History of the Devon Yawl
The first Devon Yawl, DY1, was launched on the 4 May 1968. The idea for the boat stemmed from the growing popularity of G.R.P. (glass reinforced plastic, or fibreglass as it is more commonly known) in small boat construction and the increasing costs of building and maintaining the all-wood Salcombe Yawl.
The background to the class is that it has evolved over some 200 years from the inshore fishing boats of the South Devon coast, which in turn were refined into the Salcombe Yawl for racing and picnicking.
The first Devon Yawls had red sails to distinguish them from the Salcombe Yawl’s white sails. The masts and spars were aluminium rather than wood. Also standard (Devon Craft or early) hull colour was light blue.

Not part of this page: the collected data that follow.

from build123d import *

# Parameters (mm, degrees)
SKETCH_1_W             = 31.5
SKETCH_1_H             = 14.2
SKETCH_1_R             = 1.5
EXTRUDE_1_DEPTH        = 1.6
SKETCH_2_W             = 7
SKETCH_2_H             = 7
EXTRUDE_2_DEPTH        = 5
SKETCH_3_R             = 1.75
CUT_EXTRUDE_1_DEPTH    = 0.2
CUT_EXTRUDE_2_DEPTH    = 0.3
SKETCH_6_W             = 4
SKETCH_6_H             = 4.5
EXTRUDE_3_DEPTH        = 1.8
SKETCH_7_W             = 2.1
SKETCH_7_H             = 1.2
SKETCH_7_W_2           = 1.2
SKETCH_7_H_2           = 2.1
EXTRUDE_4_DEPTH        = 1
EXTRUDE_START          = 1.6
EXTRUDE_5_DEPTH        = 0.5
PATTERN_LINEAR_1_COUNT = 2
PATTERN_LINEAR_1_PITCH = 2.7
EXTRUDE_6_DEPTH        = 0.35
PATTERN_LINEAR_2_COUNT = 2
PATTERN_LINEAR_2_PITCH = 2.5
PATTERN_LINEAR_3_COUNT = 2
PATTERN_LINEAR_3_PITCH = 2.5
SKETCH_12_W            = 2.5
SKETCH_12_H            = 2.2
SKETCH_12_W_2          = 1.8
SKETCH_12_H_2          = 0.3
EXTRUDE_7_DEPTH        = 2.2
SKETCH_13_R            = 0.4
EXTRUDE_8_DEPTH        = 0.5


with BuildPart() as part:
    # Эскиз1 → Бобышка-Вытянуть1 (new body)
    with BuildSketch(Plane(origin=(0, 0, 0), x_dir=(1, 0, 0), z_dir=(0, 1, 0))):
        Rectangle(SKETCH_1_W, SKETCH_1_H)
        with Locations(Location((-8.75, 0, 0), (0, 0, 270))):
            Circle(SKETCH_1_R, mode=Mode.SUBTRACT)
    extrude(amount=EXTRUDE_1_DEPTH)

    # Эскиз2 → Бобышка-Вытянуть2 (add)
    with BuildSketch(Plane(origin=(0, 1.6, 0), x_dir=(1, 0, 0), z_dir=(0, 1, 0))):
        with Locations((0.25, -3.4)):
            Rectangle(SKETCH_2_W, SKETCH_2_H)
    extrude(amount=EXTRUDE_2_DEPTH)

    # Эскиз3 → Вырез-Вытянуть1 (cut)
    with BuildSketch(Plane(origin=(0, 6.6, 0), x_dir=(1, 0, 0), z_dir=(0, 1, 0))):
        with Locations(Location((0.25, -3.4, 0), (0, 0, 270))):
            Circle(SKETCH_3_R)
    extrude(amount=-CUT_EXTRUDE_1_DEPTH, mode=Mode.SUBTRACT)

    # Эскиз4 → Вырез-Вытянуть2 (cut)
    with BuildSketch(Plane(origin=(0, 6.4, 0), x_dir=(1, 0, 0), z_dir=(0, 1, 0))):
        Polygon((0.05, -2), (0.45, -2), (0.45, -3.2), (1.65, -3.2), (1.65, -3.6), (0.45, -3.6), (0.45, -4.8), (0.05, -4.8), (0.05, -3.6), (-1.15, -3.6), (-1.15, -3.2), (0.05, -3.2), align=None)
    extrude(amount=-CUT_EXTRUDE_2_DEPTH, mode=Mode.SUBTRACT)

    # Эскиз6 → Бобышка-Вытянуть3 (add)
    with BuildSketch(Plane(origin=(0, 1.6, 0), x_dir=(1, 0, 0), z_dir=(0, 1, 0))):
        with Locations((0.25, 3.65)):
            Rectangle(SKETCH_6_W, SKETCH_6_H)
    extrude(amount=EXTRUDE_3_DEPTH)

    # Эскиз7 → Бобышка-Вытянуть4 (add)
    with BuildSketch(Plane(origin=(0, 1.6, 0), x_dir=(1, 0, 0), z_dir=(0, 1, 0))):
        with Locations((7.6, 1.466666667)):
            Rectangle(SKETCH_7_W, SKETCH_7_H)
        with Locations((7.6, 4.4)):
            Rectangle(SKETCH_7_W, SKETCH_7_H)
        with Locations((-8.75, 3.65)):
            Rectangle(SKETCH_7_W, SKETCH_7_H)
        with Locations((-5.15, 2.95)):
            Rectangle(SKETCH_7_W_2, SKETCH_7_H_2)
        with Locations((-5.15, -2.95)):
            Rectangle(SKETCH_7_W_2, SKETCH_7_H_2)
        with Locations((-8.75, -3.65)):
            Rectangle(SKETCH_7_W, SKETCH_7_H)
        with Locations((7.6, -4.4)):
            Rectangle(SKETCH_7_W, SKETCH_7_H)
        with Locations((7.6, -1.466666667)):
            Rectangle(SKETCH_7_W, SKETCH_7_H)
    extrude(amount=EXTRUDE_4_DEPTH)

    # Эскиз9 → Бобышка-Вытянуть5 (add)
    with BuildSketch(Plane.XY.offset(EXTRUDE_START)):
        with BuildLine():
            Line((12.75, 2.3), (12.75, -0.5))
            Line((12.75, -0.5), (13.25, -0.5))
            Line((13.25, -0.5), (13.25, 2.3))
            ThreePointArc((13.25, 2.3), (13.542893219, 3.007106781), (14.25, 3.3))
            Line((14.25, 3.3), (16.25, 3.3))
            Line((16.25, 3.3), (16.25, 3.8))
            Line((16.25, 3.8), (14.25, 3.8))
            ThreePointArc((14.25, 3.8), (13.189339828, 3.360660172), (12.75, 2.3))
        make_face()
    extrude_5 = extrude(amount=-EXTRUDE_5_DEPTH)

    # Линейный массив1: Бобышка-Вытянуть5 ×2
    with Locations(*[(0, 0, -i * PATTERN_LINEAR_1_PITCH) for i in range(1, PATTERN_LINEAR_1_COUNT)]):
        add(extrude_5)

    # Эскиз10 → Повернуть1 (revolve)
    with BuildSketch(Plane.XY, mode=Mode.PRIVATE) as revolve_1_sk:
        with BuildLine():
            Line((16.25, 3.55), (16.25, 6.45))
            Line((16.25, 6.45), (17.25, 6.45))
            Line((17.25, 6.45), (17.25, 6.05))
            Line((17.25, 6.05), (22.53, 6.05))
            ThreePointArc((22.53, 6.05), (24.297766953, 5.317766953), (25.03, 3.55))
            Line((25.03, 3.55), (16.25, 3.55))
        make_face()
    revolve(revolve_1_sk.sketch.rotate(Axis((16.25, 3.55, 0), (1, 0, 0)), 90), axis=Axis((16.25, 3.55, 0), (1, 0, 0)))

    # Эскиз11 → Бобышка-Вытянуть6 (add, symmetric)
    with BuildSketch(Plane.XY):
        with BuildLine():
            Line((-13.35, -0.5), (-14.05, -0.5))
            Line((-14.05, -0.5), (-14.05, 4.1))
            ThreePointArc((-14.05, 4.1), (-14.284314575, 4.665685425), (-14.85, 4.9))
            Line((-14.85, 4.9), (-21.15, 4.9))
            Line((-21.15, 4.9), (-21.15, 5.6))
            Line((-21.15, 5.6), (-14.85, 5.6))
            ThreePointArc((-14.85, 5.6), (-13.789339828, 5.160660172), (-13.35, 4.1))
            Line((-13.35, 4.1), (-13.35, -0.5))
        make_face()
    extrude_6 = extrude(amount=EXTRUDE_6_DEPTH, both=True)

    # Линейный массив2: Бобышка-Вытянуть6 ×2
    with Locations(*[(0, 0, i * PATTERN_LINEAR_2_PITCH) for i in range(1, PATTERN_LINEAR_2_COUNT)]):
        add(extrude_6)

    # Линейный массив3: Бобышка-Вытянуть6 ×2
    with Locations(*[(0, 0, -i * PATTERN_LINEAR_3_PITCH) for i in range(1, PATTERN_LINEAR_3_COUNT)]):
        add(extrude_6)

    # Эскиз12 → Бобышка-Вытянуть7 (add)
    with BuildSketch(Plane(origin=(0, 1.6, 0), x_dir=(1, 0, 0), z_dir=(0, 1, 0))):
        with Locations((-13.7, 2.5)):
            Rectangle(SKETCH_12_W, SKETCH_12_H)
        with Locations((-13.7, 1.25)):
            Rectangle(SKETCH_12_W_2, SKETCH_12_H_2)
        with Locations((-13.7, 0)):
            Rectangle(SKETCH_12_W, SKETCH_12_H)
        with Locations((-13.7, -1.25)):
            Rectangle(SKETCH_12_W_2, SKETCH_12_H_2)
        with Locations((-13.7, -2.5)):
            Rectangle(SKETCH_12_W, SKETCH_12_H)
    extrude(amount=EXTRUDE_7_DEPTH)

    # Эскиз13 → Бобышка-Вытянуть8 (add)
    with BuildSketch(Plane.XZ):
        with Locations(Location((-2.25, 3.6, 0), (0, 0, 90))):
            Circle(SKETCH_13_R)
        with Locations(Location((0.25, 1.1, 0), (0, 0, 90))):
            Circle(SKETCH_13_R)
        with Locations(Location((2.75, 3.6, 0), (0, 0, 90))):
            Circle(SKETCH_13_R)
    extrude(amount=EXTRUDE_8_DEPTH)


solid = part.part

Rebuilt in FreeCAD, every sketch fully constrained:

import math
import FreeCAD as App
import Part
import Sketcher
from FreeCAD import Vector


def add_polygon(sketch, points):
    """Adds a closed chain of lines whose ends are joined by coincident constraints."""
    first, n = sketch.GeometryCount, len(points)
    for a, b in zip(points, points[1:] + points[:1]):
        sketch.addGeometry(Part.LineSegment(App.Vector(*a, 0), App.Vector(*b, 0)), False)
    for i in range(n):
        sketch.addConstraint(Sketcher.Constraint("Coincident", first + i, 2, first + (i + 1) % n, 1))

doc = App.newDocument("Part")
params = doc.addObject("Spreadsheet::Sheet", "Params")
for row, (alias, value) in enumerate([
    ("sketch1_diameter", "3 mm"),
    ("sketch1_width", "31.5 mm"),
    ("sketch1_height", "14.2 mm"),
    ("pad1_length", "1.6 mm"),
    ("sketch2_width", "7 mm"),
    ("pad2_length", "5 mm"),
    ("sketch3_diameter", "3.5 mm"),
    ("pocket1_length", "0.2 mm"),
    ("sketch4_width", "0.4 mm"),
    ("sketch4_width2", "1.2 mm"),
    ("pocket2_length", "0.3 mm"),
    ("sketch5_width", "4 mm"),
    ("sketch5_height", "4.5 mm"),
    ("pad3_length", "1.8 mm"),
    ("sketch6_width", "2.1 mm"),
    ("sketch6_width2", "1.2 mm"),
    ("pad4_length", "1 mm"),
    ("sketch7_radius", "1 mm"),
    ("sketch7_radius2", "1.5 mm"),
    ("sketch7_width", "2 mm"),
    ("sketch7_height", "2.8 mm"),
    ("pad5_length", "0.5 mm"),
    ("linearpattern_pitch", "2.7 mm"),
    ("sketch8_radius", "2.5 mm"),
    ("sketch8_width", "1 mm"),
    ("sketch8_height", "2.9 mm"),
    ("sketch8_width2", "8.78 mm"),
    ("revolution_angle", "360 deg"),
    ("sketch9_radius", "1.5 mm"),
    ("sketch9_radius2", "0.8 mm"),
    ("sketch9_width", "6.3 mm"),
    ("sketch9_height", "4.6 mm"),
    ("pad6_length", "0.7 mm"),
    ("linearpattern2_pitch", "2.5 mm"),
    ("linearpattern3_pitch", "2.5 mm"),
    ("sketch10_width", "2.5 mm"),
    ("sketch10_height", "2.2 mm"),
    ("sketch10_height2", "0.3 mm"),
    ("sketch10_width2", "0.35 mm"),
    ("pad7_length", "2.2 mm"),
    ("sketch11_diameter", "0.8 mm"),
    ("pad8_length", "0.5 mm"),
], start=1):
    params.set(f"A{row}", alias)
    params.set(f"B{row}", "=" + value)
    params.setAlias(f"B{row}", alias)

body = doc.addObject("PartDesign::Body", "Body")

# Sketch on XZ plane
sketch1 = doc.addObject("Sketcher::SketchObject", "Sketch")
body.addObject(sketch1)
sketch1.AttachmentSupport = (doc.XZ_Plane, [""])
sketch1.MapMode = "FlatFace"
add_polygon(sketch1, [(-15.8, -7.1), (-15.8, 7.1), (15.8, 7.1), (15.8, -7.1)])  # lines 0-3
sketch1.addGeometry(Part.Circle(Vector(-8.8, 0, 0), Vector(0, 0, 1), 1.5), False)  # 4
sketch1.addConstraint(Sketcher.Constraint("Vertical", 0))
sketch1.addConstraint(Sketcher.Constraint("Horizontal", 1))
sketch1.addConstraint(Sketcher.Constraint("Vertical", 2))
sketch1.addConstraint(Sketcher.Constraint("Horizontal", 3))
sketch1.addConstraint(Sketcher.Constraint("Symmetric", 0, 2, 2, 2, -1, 1))
sketch1.addConstraint(Sketcher.Constraint("PointOnObject", 4, 3, -1))
sketch1.addConstraint(Sketcher.Constraint("Diameter", 4, 3.0))
sketch1.addConstraint(Sketcher.Constraint("DistanceX", 1, 1, 1, 2, 31.5))
sketch1.addConstraint(Sketcher.Constraint("DistanceY", 0, 1, 0, 2, 14.2))
sketch1.addConstraint(Sketcher.Constraint("DistanceX", 0, 2, 4, 3, 7.0))
sketch1.setExpression("Constraints[10]", "Params.sketch1_diameter")
sketch1.setExpression("Constraints[11]", "Params.sketch1_width")
sketch1.setExpression("Constraints[12]", "Params.sketch1_height")
pad1 = doc.addObject("PartDesign::Pad", "Pad")
body.addObject(pad1)
pad1.Profile = sketch1
pad1.setExpression("Length", "Params.pad1_length")
pad1.Reversed = True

Since those early days there have been a number of refinements that have added to improved performance and appearance. Most Devon Yawls now have white sails as the cloth is both better and cheaper than the coloured. The masts and spars have gone from the heavy untapered sections to light tapered modern sections, and the fittings and controls are now such that the boat is both responsive and easy on the helm and crew.
Over the years a small number of boats have been exported. Examples are now sailing, throughout the UK, in Ireland, in mainland Europe and in North America. At some stage another set of moulds was created from which a number of Devon Yawls have been built in the USA.
In 2014, a new set of moulds was made to replace the originals from 1968. Space-age technology was used to correct the flaws in the first set. These new moulds are being used to build new Devon Yawls in Plymouth, commencing with DY383.